5. **Merge** into `scripts/data/pipelines-{gas,oil}.json` (writes both atomically — validates both before either is touched on disk):
   ```bash
   GEM_PIPELINES_FILE=/tmp/gem-pipelines.json node scripts/import-gem-pipelines.mjs --merge
   ```
   Spot-check 5-10 random GEM-sourced rows in the diff before committing — known major trunks (Druzhba, Nord Stream, Keystone, TAPI, Centro Oeste) are good sanity-check anchors.
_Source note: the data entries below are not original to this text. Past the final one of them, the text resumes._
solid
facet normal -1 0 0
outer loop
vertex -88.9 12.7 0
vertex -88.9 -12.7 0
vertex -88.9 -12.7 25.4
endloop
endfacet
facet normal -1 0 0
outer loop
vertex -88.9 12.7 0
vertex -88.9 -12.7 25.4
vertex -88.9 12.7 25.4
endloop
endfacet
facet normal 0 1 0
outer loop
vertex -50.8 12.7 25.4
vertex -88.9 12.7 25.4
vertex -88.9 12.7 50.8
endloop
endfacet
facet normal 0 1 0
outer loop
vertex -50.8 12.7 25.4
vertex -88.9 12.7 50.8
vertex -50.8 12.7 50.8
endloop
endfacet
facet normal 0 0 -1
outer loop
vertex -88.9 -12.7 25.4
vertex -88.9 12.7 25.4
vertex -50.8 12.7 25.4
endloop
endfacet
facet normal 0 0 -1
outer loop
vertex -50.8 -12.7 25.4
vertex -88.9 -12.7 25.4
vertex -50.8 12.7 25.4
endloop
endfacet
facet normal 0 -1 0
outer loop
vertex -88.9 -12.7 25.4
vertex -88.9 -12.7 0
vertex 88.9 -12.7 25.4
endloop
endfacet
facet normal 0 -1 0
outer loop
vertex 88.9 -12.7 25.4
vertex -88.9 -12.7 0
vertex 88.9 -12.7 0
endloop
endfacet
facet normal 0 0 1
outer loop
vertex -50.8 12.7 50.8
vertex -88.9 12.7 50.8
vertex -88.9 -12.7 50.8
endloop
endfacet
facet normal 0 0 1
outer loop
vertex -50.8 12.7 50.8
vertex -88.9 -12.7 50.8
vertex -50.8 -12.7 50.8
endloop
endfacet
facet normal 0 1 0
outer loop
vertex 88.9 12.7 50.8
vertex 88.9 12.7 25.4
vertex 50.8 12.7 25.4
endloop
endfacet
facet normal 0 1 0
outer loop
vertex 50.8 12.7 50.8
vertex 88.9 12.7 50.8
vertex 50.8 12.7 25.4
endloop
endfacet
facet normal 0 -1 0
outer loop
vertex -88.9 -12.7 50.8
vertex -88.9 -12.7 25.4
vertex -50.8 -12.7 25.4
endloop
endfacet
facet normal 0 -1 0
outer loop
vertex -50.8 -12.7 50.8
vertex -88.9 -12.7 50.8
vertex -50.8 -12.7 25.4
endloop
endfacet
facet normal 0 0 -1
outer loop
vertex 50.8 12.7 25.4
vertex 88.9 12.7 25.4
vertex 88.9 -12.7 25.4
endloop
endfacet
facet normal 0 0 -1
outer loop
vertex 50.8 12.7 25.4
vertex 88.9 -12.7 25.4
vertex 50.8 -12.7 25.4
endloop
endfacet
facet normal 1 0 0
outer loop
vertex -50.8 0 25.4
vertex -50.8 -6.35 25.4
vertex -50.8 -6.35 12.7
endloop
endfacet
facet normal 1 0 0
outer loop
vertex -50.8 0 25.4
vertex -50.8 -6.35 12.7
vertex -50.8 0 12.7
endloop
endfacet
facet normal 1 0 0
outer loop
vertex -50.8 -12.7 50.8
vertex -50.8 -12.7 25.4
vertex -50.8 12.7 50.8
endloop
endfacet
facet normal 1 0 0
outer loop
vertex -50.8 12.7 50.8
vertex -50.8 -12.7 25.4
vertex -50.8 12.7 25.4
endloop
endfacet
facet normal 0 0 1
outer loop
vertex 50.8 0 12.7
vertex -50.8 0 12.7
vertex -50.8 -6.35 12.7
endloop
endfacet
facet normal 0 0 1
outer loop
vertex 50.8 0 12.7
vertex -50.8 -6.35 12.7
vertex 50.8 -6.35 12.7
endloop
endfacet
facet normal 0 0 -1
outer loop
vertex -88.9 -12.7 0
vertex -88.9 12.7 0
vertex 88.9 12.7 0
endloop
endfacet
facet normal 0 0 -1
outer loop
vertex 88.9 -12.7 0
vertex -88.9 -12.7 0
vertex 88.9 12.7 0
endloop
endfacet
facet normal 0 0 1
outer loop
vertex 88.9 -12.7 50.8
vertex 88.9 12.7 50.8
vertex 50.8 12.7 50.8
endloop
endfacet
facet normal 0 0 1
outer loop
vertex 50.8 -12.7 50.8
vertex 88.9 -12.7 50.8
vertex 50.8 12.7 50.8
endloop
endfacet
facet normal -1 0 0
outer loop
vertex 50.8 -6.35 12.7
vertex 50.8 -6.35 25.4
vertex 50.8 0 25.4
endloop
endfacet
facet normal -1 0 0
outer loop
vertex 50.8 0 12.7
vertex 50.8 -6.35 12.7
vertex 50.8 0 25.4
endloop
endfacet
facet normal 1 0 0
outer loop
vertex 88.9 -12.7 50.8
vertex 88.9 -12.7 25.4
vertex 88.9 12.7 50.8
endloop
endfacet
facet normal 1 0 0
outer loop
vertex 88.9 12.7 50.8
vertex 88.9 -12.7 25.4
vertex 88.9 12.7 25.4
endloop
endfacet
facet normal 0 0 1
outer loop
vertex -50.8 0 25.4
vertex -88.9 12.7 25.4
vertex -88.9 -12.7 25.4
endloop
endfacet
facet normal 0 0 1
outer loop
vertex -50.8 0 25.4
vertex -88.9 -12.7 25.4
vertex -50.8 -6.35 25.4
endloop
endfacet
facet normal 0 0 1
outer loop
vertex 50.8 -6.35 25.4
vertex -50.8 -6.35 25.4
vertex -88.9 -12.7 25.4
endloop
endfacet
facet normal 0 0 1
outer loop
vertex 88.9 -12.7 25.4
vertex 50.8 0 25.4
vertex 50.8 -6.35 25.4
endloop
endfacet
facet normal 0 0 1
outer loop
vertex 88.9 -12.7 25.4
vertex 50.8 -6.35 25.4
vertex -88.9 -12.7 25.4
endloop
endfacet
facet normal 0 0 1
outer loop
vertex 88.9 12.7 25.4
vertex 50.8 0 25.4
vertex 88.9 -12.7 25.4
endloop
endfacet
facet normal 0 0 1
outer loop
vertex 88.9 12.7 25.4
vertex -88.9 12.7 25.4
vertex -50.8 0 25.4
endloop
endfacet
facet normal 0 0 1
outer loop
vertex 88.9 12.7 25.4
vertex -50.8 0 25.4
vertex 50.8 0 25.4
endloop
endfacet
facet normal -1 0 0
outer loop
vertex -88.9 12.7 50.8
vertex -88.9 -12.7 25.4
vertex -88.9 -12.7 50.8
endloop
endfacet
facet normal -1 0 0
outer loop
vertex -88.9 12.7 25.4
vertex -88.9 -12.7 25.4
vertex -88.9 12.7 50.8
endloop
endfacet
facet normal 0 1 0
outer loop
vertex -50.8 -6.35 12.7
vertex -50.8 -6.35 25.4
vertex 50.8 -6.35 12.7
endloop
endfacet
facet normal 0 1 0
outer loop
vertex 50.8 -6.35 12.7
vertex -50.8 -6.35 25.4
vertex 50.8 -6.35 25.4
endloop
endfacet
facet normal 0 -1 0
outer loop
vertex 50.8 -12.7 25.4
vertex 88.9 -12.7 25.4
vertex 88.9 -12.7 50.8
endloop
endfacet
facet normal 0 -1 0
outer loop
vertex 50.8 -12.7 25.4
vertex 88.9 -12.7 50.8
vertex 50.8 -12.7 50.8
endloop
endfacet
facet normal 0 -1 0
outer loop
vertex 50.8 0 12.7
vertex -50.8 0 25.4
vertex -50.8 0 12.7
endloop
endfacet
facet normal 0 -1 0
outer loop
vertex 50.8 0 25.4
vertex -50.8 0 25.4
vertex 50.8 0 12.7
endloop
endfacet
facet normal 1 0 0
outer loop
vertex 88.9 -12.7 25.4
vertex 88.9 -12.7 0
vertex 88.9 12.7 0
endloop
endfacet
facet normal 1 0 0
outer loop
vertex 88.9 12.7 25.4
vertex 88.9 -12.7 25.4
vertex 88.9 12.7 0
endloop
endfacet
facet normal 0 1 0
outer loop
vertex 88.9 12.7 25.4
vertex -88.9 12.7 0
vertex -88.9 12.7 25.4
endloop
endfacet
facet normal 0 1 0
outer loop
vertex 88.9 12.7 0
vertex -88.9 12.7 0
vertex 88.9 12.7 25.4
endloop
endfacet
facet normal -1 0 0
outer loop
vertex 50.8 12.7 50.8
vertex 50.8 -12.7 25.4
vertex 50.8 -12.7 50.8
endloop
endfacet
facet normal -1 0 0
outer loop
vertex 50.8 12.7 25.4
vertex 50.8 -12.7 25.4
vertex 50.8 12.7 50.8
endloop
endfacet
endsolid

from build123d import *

# Parameters (mm, degrees)
F0_W     = 177.8
F0_H     = 25.4
F1_DEPTH = 25.4
F2_W     = 38.1
F2_H     = 25.4
F3_DEPTH = 25.4
F5_W     = 101.6
F5_H     = 6.35
F6_DEPTH = 12.7


with BuildPart() as f1:
    # F0 (on Top) → F1 (new body)
    with BuildSketch(Plane.XY):
        Rectangle(F0_W, F0_H)
    extrude(amount=F1_DEPTH)

    # F5 (on face) → F6 (cut)
    with BuildSketch(Plane.XY.offset(25.4)):
        with Locations((0, -3.175)):
            Rectangle(F5_W, F5_H)
    extrude(amount=-F6_DEPTH, mode=Mode.SUBTRACT)


with BuildPart() as f3:
    # F2 (on face) → F3 (new body)
    with BuildSketch(Plane.XY.offset(25.4)):
        with Locations((-69.85, 0)):
            Rectangle(F2_W, F2_H)
    extrude(amount=F3_DEPTH)


with BuildPart() as f4_1:
    # F4: instance of F3
    add(f3.part.mirror(Plane.YZ))


solid = Compound([f1.part, f3.part, f4_1.part])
6. **Commit** the data + record provenance. Per-release SHA256s go in the commit message so future audits can verify reproducibility:
   ```bash
   shasum -a 256 ~/Downloads/GEM-GGIT-Gas-Pipelines-YYYY-MM.xlsx \
                  ~/Downloads/GEM-GOIT-Oil-NGL-Pipelines-YYYY-MM.xlsx
   ```
   If the row count crosses a threshold, also bump `MIN_PIPELINES_PER_REGISTRY` in `scripts/_pipeline-registry.mjs` so future partial re-imports fail loud rather than silently halving the registry.
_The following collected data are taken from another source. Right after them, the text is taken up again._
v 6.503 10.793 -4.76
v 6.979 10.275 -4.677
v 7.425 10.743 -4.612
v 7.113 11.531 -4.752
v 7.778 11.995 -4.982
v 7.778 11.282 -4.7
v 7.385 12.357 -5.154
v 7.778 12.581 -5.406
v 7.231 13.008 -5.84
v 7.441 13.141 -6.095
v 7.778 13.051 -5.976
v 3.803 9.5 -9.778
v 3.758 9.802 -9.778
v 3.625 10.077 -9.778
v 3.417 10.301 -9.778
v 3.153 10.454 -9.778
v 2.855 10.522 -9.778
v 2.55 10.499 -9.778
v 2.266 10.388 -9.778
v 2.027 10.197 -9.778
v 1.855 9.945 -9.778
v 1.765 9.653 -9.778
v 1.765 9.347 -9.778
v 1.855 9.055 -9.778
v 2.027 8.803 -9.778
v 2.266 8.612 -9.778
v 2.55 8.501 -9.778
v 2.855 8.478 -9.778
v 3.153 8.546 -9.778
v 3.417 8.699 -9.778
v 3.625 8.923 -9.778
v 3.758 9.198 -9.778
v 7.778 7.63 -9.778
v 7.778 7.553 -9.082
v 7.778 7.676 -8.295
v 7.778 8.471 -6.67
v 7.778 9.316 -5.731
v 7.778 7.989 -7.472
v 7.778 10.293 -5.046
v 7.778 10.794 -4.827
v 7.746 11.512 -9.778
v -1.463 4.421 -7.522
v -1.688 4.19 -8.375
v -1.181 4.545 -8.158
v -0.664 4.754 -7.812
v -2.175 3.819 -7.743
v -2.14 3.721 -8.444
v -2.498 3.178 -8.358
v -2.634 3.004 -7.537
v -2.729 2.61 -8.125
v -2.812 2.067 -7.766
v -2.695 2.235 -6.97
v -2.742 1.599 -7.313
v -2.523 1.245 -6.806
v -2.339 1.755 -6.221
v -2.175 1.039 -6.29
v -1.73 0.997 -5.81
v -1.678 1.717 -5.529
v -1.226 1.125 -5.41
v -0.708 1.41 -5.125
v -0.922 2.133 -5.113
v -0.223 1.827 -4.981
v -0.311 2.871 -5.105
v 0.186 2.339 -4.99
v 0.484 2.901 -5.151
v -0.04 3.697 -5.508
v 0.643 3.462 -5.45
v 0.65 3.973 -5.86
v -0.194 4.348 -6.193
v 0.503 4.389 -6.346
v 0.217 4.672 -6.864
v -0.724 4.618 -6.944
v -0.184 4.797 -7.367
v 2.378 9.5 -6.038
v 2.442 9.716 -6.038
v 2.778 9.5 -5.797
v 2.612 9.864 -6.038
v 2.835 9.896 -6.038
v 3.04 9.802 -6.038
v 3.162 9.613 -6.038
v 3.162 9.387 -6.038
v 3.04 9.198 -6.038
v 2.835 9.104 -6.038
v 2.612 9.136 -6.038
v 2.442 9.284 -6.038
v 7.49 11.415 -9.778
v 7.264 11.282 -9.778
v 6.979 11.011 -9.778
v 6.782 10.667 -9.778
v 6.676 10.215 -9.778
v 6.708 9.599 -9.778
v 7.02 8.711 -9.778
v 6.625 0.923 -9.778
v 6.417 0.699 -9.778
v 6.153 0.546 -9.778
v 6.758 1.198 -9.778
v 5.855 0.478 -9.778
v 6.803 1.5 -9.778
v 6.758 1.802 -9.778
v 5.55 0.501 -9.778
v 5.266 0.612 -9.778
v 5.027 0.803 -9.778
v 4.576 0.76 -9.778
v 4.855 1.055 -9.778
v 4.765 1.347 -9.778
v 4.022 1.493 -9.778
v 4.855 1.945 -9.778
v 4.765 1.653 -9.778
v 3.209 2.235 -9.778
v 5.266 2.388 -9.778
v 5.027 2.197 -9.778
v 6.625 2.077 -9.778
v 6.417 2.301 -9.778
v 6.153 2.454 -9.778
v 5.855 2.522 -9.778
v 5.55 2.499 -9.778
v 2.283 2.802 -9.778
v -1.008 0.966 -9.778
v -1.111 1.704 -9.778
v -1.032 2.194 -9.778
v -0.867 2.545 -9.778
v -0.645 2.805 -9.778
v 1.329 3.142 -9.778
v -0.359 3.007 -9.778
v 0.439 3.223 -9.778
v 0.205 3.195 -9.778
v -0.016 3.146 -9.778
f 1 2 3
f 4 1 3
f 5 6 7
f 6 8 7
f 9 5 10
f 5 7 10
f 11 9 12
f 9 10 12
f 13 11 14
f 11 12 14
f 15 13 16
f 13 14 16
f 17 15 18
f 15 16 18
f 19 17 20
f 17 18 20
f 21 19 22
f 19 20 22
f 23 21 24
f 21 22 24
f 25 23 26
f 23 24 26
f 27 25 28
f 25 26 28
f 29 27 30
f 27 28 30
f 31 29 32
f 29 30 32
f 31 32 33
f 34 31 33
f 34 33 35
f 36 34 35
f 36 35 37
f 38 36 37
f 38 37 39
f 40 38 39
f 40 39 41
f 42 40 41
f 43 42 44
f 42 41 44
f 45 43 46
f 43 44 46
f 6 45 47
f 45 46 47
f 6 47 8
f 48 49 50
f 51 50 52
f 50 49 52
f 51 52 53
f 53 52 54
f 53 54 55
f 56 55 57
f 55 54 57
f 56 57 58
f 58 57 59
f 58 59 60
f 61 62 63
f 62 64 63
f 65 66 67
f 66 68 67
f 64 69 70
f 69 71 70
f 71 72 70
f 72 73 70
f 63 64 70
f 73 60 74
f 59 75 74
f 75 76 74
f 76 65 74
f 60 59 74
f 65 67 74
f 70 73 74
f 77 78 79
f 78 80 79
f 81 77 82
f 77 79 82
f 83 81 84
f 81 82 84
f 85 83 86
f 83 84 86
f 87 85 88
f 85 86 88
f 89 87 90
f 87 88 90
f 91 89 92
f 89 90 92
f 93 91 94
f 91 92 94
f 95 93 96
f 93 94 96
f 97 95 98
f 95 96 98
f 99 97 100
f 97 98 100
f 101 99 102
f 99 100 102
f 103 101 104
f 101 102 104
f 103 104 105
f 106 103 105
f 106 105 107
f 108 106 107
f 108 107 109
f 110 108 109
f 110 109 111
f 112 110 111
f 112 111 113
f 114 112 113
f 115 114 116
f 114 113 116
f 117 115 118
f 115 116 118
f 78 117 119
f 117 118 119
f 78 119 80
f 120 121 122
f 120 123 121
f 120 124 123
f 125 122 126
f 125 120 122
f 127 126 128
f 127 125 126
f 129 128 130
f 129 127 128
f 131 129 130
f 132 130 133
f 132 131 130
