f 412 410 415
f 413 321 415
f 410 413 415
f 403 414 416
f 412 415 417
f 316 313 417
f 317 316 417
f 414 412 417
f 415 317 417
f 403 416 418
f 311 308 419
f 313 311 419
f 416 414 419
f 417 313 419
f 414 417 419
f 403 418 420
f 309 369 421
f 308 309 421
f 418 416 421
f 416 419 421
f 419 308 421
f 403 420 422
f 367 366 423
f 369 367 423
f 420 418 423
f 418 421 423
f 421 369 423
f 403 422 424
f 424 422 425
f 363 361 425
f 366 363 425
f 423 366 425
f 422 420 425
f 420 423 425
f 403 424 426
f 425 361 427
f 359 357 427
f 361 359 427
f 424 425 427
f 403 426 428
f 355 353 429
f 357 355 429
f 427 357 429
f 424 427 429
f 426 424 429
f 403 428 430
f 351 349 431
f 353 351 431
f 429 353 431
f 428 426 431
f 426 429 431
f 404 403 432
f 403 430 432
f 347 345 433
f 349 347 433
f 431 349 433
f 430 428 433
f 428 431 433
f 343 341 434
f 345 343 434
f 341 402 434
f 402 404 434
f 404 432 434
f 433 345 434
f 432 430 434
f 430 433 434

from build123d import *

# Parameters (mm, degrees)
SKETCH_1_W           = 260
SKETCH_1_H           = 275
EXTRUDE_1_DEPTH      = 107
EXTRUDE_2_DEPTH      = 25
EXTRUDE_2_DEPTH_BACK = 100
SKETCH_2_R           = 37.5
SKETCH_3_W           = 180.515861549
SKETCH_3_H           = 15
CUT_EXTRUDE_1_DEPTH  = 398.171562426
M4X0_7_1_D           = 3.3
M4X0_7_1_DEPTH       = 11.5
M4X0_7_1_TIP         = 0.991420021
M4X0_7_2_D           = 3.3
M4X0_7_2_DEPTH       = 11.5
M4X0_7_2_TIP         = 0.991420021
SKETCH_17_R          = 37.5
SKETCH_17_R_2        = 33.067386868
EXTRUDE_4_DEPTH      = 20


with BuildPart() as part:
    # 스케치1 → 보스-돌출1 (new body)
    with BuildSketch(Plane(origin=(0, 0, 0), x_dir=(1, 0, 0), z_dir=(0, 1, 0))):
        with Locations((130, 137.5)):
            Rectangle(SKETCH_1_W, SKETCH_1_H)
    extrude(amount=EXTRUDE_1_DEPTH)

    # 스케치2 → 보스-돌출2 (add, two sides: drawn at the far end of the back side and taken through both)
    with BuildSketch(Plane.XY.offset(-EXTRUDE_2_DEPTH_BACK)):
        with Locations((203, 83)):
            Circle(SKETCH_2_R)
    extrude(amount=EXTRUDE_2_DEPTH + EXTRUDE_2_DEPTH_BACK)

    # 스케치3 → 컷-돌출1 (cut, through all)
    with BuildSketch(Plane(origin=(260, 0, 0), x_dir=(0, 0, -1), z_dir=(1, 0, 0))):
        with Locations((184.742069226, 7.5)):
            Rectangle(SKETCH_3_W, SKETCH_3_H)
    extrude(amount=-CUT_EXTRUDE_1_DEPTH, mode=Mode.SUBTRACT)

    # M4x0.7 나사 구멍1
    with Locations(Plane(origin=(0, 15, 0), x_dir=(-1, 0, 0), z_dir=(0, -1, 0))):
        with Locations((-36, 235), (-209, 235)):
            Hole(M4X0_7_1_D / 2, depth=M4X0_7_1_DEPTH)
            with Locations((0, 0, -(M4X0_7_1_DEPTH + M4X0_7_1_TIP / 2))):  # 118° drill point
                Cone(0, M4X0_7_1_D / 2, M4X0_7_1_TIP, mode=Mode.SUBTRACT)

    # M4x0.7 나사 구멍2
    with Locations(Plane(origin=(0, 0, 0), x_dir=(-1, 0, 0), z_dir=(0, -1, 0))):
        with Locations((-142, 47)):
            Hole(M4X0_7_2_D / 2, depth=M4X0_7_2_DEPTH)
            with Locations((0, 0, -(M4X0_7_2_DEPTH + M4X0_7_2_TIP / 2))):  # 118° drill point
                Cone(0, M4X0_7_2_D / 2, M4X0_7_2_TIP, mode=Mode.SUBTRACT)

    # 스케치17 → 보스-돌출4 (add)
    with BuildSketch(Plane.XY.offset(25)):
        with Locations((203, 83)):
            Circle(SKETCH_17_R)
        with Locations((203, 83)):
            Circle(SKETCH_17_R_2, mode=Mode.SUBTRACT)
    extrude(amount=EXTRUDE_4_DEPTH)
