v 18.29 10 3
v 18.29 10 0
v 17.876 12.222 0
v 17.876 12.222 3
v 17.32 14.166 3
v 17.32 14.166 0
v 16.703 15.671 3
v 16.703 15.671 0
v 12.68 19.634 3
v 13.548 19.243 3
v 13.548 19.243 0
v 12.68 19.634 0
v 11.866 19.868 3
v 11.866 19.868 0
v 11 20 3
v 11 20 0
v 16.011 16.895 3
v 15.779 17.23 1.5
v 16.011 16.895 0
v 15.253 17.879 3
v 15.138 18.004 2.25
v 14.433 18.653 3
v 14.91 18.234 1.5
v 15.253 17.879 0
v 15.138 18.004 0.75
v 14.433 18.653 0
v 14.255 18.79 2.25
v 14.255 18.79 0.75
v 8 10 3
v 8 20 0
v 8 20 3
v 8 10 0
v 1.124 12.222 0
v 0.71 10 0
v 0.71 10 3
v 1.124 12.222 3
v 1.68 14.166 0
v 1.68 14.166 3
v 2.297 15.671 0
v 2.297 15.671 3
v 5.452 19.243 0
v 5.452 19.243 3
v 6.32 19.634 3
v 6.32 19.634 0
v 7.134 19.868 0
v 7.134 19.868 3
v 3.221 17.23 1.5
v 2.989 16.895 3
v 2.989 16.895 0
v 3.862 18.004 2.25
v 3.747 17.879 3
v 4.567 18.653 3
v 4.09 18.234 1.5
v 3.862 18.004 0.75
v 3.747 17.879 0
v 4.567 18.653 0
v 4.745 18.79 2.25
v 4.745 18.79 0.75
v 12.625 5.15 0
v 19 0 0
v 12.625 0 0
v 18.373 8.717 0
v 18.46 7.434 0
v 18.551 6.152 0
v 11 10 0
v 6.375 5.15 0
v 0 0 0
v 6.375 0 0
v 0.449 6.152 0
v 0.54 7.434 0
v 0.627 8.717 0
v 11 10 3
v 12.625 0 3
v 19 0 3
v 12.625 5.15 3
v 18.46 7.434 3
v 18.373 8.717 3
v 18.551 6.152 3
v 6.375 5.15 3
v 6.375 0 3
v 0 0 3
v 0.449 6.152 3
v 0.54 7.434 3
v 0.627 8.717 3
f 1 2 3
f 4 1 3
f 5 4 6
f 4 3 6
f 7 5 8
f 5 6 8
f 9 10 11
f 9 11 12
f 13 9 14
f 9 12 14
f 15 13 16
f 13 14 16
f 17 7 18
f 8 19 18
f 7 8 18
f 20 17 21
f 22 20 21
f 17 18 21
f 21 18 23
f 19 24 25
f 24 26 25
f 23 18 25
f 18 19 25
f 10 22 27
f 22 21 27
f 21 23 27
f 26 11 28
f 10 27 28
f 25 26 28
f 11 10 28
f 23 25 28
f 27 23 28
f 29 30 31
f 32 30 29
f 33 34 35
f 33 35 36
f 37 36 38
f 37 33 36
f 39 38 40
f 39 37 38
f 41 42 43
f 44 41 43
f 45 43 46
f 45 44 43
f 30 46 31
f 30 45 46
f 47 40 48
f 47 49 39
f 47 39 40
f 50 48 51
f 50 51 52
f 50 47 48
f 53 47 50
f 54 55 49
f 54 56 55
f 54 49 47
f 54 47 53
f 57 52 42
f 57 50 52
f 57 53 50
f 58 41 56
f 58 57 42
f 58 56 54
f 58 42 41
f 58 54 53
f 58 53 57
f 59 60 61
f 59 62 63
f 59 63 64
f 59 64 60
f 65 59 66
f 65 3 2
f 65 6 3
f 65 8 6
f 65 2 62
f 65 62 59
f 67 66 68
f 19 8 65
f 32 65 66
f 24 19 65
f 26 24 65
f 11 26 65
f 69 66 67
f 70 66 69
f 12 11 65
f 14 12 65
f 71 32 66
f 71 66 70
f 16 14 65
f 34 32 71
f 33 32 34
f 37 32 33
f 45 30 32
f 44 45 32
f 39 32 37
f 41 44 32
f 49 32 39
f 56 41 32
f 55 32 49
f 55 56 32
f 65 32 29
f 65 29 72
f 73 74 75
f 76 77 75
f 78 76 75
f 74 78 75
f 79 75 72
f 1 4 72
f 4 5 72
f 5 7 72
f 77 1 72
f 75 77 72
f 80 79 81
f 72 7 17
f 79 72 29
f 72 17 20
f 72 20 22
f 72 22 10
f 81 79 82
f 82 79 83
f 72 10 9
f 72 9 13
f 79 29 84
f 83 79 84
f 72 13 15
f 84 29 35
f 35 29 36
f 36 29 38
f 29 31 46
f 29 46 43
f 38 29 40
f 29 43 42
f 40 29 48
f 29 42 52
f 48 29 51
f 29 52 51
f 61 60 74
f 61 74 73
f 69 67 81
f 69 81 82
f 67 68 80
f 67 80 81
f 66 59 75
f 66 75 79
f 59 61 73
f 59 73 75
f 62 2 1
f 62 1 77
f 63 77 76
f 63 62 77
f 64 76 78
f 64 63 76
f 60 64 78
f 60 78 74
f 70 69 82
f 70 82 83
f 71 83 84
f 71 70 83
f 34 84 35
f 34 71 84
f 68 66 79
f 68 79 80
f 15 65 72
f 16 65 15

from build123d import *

# Parameters (mm, degrees)
RESSALTO_EXTRUS_O1_DEPTH = 3


with BuildPart() as part:
    # Esboço1 → Ressalto-extrusão1 (new body)
    with BuildSketch(Plane.XY):
        with BuildLine():
            Line((19, 0), (12.625, 0))
            Line((12.625, 0), (12.625, 5.15))
            Line((12.625, 5.15), (11, 5.15))
            Line((11, 5.15), (8, 5.15))
            Line((8, 5.15), (6.375, 5.15))
            Line((6.375, 5.15), (6.375, 0))
            Line((6.375, 0), (0, 0))
            Line((0, 0), (0.448555141, 6.151613366))
            ThreePointArc((0.448555141, 6.151613366), (0.584055906, 8.075483405), (0.710041083, 10))
            add(Edge.make_bspline(
                [(0.710041083, 10), (2.087312964, 19.459463986), (8, 20)],
                knots=[0, 0, 0, 0.891892797, 0.891892797, 0.891892797], degree=2))
            Line((8, 20), (8, 10))
            Line((8, 10), (11, 10))
            Line((11, 10), (11, 20))
            add(Edge.make_bspline(
                [(18.289958917, 10), (16.912687036, 19.459463986), (11, 20)],
                knots=[0, 0, 0, 0.891892797, 0.891892797, 0.891892797], degree=2))
            ThreePointArc((18.289958917, 10), (18.415944094, 8.075483405), (18.551444859, 6.151613366))
            Line((18.551444859, 6.151613366), (19, 0))
        make_face()
    extrude(amount=RESSALTO_EXTRUS_O1_DEPTH)


solid = part.part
7. **Verify** `npm run test:data` is green before pushing.

### Failure modes and what to do

| Symptom | Cause | Fix |
|---|---|---|
| Converter exits with `GEM_GAS_GEOJSON env vars are required` | Env vars not set | Re-run with both `GEM_GAS_GEOJSON` and `GEM_OIL_GEOJSON` pointed at the unzipped `.geojson` files |
| Many rows dropped on `country:Foo|Bar` | New country name GEM uses isn't in `pycountry` or the alias table | Add the alias to `COUNTRY_ALIASES` in `scripts/_gem-geojson-to-canonical.py` |
| Many rows dropped on `no_capacity` with a unit we haven't seen | GEM added a capacity unit | Add the conversion factor to `gas_capacity()` or `oil_capacity()` in the converter |
| Parser throws `schema drift — pipelines[i] missing column "X"` | GEM renamed a column between releases | The parser will name the missing column; map it back in the converter and re-run |
| `validateRegistry` rejects the merged registry | Almost always: count below `MIN_PIPELINES_PER_REGISTRY`, or an evidence-source not in the whitelist | Inspect the merged JSON; if the row drop is real, lower the floor; if a row's evidence is malformed, fix the converter |
| Net adds drop precipitously between releases | GEM removed a tracker subset, OR the dedup is over-matching | Run `--print-candidates` and diff against the prior quarter's output; adjust the haversine/Jaccard knobs in `scripts/_pipeline-dedup.mjs` if needed |

## Corrections

See [`/corrections`](/corrections) for the planned revision-log shape
and submission policy. Spot a wrong status? Open a GitHub issue at the
[public repository](https://github.com/koala73/worldmonitor/issues).
Corrections are handled manually today and will flow through the
automated `override`-trigger path once the classifier ships.